Diehl provides what he sees to be the other side, that the Turkish government:

…has just stationed an advanced radar on its territory that could be used to track and shoot down missiles from Iran; that joined the NATO operaiton against Moammar Gaddafi [sic] in Libya; that has become the host of the opposition to Syrian dictator Bashar al-Assad; and that, having repeatedly won free democratic elections, amended Turkey’s constitution to expand rights for women, ethnic minorities and unions.

Diehl, to his credit (it’s amazing how rare any balanced account is in the mass media nowadays!), continues, “that, too, was a one-sided account of the Erdogan record. But that is precisely the point: Turkey has become a complex, dynamic, difficult, sometimes infuriating, sometimes very helpful and indisputably important ally of the United States.”

Now Diehl presented five items as being to the credit of Erdogan’s regime. But let’s take them one at a time:

–Advanced radar. True, but it was with extreme reluctance, statements that it would not be used against Iran, and the demand that no information from this installation be supplied to Israel. Arguably a plus, but less of one than it might seem.

–Libya operation. True, but the Turkish regime’s goal was to have an Islamist regime installed in Libya, a government whose anti-Western policy would not bother Erdogan a bit. Hence, not exactly a wonderful gesture.

–Syria. Same as above, only worse. This is not a pro-democratic policy but a pro-Islamist policy.

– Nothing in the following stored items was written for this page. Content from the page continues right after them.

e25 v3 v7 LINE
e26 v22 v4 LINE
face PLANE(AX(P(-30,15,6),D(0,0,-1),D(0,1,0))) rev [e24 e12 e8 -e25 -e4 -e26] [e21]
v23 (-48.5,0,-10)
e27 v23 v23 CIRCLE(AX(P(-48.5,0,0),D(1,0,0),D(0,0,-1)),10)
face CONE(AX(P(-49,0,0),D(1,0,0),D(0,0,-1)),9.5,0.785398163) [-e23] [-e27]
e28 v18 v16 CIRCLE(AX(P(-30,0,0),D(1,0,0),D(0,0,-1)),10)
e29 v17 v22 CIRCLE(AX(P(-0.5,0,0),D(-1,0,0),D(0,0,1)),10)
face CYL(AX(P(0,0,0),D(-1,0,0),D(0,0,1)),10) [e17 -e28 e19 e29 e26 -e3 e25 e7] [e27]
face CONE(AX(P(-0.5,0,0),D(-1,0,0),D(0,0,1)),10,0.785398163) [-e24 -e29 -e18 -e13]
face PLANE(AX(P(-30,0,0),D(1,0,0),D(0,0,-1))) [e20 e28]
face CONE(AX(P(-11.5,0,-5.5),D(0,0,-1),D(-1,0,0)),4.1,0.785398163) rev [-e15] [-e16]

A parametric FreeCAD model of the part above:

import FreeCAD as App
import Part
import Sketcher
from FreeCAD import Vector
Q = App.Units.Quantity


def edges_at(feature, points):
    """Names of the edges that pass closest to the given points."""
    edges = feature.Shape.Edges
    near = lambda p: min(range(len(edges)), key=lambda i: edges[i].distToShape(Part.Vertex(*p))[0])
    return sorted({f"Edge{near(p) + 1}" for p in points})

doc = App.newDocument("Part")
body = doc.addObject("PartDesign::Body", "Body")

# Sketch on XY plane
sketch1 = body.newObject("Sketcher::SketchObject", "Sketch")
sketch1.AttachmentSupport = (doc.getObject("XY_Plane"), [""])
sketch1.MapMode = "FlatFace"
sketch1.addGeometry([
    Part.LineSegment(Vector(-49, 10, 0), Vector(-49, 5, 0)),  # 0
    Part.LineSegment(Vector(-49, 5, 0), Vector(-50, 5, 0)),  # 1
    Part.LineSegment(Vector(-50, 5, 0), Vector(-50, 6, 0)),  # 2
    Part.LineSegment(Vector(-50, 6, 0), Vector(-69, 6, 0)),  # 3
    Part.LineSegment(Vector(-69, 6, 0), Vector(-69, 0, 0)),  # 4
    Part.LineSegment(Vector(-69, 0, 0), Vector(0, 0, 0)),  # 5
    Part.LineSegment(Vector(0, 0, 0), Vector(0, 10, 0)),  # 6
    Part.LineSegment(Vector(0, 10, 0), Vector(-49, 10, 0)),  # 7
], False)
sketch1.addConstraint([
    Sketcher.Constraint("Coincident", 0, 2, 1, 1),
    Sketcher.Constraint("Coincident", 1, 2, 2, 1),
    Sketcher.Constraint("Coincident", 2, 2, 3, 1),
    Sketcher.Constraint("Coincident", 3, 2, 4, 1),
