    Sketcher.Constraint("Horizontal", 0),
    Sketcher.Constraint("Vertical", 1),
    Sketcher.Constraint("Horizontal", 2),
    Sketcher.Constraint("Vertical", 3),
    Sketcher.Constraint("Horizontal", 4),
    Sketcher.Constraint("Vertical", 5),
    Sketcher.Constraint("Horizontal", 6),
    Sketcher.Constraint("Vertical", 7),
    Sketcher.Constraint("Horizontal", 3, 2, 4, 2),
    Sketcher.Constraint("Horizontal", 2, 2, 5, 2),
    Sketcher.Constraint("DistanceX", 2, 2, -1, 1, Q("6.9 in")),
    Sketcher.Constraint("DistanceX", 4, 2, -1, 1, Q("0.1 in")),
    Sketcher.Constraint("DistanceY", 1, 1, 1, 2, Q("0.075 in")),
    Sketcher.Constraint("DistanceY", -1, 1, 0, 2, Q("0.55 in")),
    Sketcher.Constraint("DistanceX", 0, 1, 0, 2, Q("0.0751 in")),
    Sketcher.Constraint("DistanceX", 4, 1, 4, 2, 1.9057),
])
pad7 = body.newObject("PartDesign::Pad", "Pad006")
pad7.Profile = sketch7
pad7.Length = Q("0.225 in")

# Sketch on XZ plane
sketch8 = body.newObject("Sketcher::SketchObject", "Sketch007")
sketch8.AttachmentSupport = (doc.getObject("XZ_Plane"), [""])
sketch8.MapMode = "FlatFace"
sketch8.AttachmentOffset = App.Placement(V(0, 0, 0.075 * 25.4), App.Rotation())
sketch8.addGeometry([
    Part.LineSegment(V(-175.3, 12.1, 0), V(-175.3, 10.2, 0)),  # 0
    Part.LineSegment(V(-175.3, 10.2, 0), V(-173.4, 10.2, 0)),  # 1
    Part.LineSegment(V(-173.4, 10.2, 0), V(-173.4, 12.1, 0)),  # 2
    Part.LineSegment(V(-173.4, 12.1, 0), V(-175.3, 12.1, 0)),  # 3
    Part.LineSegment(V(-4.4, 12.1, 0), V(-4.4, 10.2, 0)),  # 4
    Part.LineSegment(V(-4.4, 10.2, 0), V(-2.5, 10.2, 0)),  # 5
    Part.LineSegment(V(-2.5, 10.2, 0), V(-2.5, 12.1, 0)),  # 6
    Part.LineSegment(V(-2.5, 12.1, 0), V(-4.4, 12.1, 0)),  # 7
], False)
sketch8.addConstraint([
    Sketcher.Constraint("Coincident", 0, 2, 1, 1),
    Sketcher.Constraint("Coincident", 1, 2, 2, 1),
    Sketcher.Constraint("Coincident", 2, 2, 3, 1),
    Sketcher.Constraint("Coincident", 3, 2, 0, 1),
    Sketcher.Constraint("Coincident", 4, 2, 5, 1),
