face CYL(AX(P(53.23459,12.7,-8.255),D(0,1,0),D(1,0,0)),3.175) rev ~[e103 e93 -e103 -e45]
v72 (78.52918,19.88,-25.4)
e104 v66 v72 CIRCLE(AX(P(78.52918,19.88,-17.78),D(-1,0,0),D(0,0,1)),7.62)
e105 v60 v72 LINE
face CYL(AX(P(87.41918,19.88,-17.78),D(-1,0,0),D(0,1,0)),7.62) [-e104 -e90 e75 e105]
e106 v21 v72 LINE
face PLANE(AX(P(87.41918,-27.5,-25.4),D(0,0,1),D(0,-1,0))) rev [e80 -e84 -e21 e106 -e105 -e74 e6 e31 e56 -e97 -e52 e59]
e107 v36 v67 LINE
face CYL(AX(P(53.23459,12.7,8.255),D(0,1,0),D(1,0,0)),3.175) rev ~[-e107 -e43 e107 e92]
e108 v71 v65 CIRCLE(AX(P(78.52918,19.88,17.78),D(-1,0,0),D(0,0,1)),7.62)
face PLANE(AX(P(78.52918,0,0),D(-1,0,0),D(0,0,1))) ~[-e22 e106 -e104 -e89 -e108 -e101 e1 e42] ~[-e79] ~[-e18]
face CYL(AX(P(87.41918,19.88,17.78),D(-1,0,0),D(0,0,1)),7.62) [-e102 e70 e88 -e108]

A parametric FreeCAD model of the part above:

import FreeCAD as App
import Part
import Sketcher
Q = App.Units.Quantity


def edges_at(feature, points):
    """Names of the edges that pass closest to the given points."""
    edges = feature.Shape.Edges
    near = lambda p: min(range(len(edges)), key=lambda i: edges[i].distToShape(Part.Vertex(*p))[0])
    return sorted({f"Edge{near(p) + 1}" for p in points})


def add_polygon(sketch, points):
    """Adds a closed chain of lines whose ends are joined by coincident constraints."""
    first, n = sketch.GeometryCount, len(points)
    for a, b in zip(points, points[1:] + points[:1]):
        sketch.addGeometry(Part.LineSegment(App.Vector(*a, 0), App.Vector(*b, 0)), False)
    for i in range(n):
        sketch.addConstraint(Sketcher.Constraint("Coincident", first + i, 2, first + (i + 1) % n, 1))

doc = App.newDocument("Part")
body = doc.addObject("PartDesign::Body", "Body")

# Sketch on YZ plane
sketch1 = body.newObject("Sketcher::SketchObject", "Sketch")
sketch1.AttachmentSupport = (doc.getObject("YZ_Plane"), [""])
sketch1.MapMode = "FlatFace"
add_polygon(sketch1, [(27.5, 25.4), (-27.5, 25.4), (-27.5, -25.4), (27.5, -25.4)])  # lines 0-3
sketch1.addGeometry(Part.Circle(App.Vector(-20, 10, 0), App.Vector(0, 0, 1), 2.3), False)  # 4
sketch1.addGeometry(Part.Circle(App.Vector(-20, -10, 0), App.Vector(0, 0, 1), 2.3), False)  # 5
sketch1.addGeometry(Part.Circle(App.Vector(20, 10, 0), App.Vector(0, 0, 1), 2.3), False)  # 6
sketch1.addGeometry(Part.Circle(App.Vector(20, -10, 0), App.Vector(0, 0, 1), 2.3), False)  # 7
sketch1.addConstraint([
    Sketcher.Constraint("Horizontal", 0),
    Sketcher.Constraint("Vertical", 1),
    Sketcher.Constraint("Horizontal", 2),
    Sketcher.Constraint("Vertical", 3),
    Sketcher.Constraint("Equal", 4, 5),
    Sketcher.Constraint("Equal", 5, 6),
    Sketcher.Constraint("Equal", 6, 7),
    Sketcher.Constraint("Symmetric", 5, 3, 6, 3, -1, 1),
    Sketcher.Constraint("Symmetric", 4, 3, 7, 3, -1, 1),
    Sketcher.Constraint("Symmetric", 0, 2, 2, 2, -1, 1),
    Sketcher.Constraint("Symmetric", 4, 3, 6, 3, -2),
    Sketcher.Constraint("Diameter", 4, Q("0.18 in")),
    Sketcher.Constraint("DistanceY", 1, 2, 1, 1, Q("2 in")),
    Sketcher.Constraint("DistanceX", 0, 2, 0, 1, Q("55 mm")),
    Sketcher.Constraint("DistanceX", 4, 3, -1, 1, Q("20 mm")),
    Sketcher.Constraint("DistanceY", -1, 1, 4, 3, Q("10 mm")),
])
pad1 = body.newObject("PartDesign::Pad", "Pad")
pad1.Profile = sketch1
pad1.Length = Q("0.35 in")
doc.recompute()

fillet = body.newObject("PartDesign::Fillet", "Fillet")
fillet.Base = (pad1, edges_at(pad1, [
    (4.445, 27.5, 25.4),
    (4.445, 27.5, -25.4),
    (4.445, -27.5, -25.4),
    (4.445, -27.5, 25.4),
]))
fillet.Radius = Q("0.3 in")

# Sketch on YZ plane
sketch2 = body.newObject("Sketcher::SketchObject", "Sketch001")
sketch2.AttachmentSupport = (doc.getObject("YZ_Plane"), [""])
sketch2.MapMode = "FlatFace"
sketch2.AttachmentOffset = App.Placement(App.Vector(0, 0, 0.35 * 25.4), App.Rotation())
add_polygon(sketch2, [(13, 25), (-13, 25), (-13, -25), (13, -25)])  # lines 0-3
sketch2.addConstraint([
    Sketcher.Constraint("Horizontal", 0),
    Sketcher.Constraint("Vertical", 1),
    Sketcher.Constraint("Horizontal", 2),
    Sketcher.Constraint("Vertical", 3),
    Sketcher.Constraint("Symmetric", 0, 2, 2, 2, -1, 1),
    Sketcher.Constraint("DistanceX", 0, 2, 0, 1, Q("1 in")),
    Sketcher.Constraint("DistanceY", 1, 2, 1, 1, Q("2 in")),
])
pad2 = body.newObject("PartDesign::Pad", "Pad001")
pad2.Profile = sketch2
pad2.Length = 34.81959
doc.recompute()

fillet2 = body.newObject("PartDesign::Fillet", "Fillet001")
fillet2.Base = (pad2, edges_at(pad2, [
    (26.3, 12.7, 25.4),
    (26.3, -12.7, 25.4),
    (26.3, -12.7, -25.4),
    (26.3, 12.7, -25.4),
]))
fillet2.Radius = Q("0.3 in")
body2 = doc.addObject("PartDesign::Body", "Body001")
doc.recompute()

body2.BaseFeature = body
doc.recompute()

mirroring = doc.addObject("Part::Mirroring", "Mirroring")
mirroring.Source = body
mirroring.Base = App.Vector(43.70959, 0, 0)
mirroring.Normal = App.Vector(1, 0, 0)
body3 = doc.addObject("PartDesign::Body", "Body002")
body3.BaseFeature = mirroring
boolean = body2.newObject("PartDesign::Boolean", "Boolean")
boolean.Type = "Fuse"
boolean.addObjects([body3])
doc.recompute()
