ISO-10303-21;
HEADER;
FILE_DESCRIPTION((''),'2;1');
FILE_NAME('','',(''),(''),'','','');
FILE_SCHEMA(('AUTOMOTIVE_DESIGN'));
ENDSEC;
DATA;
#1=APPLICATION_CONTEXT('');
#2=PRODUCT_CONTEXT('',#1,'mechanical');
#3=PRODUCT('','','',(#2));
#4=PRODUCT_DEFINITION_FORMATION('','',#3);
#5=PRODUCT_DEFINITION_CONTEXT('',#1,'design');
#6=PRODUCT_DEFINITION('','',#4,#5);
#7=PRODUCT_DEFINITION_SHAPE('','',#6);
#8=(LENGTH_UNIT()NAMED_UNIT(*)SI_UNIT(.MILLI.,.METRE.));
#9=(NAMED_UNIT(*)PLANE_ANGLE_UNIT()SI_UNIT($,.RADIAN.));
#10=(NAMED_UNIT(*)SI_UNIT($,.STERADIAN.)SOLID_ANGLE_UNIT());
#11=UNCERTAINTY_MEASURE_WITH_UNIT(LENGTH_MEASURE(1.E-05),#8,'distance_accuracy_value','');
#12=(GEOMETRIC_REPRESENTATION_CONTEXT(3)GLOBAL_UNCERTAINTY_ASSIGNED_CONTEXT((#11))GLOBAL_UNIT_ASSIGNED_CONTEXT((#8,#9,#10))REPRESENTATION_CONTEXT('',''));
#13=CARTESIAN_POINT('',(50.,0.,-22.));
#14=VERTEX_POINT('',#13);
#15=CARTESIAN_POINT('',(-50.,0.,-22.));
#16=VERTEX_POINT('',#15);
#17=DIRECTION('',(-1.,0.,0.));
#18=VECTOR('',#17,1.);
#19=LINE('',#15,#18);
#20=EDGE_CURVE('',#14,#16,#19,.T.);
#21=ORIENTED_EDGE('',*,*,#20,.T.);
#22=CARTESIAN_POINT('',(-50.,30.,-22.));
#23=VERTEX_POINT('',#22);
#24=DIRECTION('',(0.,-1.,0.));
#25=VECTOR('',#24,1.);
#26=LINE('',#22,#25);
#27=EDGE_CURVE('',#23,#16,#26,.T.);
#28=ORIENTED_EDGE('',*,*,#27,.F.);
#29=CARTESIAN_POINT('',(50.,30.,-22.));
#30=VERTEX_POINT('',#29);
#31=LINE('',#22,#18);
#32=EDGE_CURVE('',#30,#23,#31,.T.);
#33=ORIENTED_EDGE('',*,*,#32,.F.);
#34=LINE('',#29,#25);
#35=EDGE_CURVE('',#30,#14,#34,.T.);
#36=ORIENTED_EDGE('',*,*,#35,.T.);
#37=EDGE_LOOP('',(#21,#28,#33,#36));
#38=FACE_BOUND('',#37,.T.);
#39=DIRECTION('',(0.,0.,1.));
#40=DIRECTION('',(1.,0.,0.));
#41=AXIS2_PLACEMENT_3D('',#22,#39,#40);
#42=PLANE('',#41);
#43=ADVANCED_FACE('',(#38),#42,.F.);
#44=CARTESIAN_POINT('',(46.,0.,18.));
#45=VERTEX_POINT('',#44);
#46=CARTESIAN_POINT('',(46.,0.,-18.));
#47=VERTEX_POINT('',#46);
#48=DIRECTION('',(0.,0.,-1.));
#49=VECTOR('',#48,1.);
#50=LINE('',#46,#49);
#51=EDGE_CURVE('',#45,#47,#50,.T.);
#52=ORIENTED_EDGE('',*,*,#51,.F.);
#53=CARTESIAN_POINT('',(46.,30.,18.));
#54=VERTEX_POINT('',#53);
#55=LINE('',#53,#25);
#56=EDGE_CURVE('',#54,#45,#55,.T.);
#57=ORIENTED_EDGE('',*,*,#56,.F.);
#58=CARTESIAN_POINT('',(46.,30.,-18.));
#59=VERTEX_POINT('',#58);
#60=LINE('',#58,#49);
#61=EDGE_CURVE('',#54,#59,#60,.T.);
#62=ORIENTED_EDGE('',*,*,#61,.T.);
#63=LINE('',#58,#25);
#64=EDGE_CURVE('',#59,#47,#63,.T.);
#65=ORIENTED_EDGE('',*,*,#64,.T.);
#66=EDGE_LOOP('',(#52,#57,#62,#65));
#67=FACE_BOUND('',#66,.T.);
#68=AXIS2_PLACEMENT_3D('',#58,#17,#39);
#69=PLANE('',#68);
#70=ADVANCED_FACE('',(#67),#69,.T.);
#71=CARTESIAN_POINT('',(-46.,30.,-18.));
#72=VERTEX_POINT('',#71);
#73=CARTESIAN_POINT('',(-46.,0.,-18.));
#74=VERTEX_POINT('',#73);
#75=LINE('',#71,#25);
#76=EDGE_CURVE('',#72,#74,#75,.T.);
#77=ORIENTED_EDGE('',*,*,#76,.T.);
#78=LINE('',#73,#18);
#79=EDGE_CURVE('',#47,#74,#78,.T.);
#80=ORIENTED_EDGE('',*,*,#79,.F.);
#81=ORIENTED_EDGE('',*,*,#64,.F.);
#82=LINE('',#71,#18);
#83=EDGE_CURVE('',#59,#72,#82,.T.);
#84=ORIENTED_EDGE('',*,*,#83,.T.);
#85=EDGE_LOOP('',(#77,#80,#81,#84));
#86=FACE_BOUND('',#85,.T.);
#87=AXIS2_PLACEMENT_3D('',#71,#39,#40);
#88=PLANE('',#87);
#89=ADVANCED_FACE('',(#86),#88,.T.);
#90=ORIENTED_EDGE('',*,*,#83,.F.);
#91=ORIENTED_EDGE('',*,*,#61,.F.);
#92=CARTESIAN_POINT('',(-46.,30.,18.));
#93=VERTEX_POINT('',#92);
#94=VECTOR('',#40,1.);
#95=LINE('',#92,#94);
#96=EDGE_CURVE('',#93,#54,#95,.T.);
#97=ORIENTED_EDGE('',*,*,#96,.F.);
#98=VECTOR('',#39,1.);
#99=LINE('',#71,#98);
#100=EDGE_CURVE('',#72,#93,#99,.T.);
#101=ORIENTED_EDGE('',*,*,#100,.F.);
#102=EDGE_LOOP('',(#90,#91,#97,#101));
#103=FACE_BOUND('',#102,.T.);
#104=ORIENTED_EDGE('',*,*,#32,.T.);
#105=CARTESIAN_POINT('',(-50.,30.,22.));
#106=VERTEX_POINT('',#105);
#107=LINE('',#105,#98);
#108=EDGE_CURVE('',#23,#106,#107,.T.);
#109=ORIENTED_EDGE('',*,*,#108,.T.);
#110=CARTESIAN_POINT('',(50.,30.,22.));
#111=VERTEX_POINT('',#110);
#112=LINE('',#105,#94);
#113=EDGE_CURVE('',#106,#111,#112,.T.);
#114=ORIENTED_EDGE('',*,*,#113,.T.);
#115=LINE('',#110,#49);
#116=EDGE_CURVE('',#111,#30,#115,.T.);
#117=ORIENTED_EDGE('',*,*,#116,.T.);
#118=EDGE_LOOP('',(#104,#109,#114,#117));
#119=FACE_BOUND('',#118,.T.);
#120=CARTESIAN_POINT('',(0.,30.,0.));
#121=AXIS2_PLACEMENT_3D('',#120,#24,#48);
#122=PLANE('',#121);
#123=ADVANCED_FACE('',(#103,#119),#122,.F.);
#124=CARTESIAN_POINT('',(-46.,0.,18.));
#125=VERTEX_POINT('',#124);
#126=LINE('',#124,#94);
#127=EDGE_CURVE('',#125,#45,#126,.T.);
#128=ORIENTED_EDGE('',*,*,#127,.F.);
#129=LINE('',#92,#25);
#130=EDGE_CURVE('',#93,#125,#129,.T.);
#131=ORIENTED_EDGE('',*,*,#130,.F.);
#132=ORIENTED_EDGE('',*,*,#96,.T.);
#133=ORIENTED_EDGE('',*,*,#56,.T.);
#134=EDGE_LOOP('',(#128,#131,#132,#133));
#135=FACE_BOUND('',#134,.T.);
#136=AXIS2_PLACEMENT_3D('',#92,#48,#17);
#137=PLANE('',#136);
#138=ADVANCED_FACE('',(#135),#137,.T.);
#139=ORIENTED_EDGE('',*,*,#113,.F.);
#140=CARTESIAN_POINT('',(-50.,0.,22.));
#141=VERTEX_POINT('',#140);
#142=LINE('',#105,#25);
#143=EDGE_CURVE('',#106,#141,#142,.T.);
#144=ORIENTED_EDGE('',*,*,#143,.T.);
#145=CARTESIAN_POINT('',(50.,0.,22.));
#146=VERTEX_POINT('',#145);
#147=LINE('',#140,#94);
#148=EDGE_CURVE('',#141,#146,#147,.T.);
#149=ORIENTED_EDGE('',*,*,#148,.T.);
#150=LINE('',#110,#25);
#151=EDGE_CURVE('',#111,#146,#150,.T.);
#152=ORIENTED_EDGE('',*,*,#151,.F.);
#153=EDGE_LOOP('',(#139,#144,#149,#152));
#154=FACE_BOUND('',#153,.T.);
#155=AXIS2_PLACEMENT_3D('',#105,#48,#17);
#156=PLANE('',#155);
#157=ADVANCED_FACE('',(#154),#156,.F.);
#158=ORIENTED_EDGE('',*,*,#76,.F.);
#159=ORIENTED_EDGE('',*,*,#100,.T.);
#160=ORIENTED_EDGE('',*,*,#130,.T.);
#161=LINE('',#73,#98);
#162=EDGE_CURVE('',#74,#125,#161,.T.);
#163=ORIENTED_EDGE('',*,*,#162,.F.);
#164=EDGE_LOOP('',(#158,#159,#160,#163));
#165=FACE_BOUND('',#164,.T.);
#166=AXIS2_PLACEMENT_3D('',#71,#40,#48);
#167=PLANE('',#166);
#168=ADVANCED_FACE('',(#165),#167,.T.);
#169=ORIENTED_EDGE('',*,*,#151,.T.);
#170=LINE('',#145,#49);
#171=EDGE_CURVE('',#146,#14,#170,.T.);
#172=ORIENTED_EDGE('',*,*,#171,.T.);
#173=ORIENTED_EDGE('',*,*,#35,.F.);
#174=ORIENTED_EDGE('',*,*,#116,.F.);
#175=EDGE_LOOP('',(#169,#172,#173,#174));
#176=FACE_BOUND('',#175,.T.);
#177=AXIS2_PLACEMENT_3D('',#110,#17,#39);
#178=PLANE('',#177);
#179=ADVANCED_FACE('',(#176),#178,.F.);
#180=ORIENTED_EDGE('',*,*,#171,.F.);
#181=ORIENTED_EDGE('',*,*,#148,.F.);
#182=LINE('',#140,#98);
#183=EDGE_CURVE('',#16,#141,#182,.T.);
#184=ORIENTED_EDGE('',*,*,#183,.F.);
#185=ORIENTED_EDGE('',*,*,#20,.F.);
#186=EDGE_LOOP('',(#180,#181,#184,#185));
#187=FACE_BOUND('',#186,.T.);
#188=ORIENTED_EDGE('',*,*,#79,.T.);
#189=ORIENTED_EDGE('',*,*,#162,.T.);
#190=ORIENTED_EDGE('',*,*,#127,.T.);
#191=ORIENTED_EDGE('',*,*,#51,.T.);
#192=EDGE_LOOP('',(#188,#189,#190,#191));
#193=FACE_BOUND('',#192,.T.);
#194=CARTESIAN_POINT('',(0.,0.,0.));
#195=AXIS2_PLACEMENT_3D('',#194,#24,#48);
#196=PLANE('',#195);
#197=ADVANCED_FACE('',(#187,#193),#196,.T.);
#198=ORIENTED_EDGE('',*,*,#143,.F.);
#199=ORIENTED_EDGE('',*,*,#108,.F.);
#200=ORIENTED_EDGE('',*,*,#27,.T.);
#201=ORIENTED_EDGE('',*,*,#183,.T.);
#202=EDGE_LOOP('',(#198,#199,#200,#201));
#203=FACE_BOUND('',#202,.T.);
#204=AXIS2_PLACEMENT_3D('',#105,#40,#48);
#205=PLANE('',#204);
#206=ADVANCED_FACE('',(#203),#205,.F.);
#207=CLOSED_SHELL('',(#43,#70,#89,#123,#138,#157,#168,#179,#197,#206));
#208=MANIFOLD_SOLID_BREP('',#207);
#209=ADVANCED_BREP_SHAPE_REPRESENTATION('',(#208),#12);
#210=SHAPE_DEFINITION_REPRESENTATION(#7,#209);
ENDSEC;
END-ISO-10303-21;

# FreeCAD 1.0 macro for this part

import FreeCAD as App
import Part
import Sketcher
Q = App.Units.Quantity


def add_polygon(sketch, points):
    """Adds a closed chain of lines whose ends are joined by coincident constraints."""
    first, n = sketch.GeometryCount, len(points)
    for a, b in zip(points, points[1:] + points[:1]):
        sketch.addGeometry(Part.LineSegment(App.Vector(*a, 0), App.Vector(*b, 0)), False)
    for i in range(n):
        sketch.addConstraint(Sketcher.Constraint("Coincident", first + i, 2, first + (i + 1) % n, 1))

doc = App.newDocument("Part")
body = doc.addObject("PartDesign::Body", "Body")

sketch1 = body.newObject("Sketcher::SketchObject", "Sketch")
sketch1.AttachmentSupport = (doc.getObject("XZ_Plane"), [""])
sketch1.MapMode = "FlatFace"
add_polygon(sketch1, [(-50, -22), (-50, 22), (50, 22), (50, -22)])
add_polygon(sketch1, [(46, 18), (-46, 18), (-46, -18), (46, -18)])
sketch1.addConstraint(Sketcher.Constraint("Vertical", 0))
sketch1.addConstraint(Sketcher.Constraint("Horizontal", 1))
sketch1.addConstraint(Sketcher.Constraint("Vertical", 2))
sketch1.addConstraint(Sketcher.Constraint("Horizontal", 3))
sketch1.addConstraint(Sketcher.Constraint("Horizontal", 4))
sketch1.addConstraint(Sketcher.Constraint("Vertical", 5))
sketch1.addConstraint(Sketcher.Constraint("Horizontal", 6))
sketch1.addConstraint(Sketcher.Constraint("Vertical", 7))
sketch1.addConstraint(Sketcher.Constraint("Symmetric", 0, 2, 2, 2, -1, 1))
sketch1.addConstraint(Sketcher.Constraint("Symmetric", 4, 2, 6, 2, -1, 1))
sketch1.addConstraint(Sketcher.Constraint("DistanceX", 1, 1, 1, 2, Q("100 mm")))
sketch1.addConstraint(Sketcher.Constraint("DistanceX", 4, 2, 4, 1, Q("92 mm")))
sketch1.addConstraint(Sketcher.Constraint("DistanceY", 0, 1, 0, 2, Q("44 mm")))
sketch1.addConstraint(Sketcher.Constraint("DistanceY", 5, 2, 5, 1, Q("36 mm")))
pad1 = body.newObject("PartDesign::Pad", "Pad")
pad1.Profile = sketch1
pad1.Length = 30
pad1.Reversed = True

doc.recompute()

–Repeatedly won free elections. Absolutely true, but how does this undermine the Fox journalist, Bret Baier’s, analysis?

–Expanded rights. It is true that the constitutional reform offered some real alleviations of historic Turkish statism but, as many liberal critics in Turkey pointed out, the candy coating concealed major steps to subordinate the judiciary to the current government. Arguably, these changes are resulting in diminished rights for Turks.

In other words, if the case against the Turkish regime isn’t 100 percent, it’s far closer to that than half-and-half.

Diehl continues:

The reality is that, like it or not, “Islamist-oriented” governments are about to become the new normal in a region dominated for decades by secular autocrats and pro-American generals. So the crude bias about Muslim movements that is baked into the worldview of many U.S. conservatives—that they are inevitably fundamentalist, anti-democratic, anti-Israel and anti-American, if not explicitly “terrorist”—has become a serious liability. If heeded, it will make it impossible for this administration and future ones to navigate the region’s new politics and preserve crucial alliances.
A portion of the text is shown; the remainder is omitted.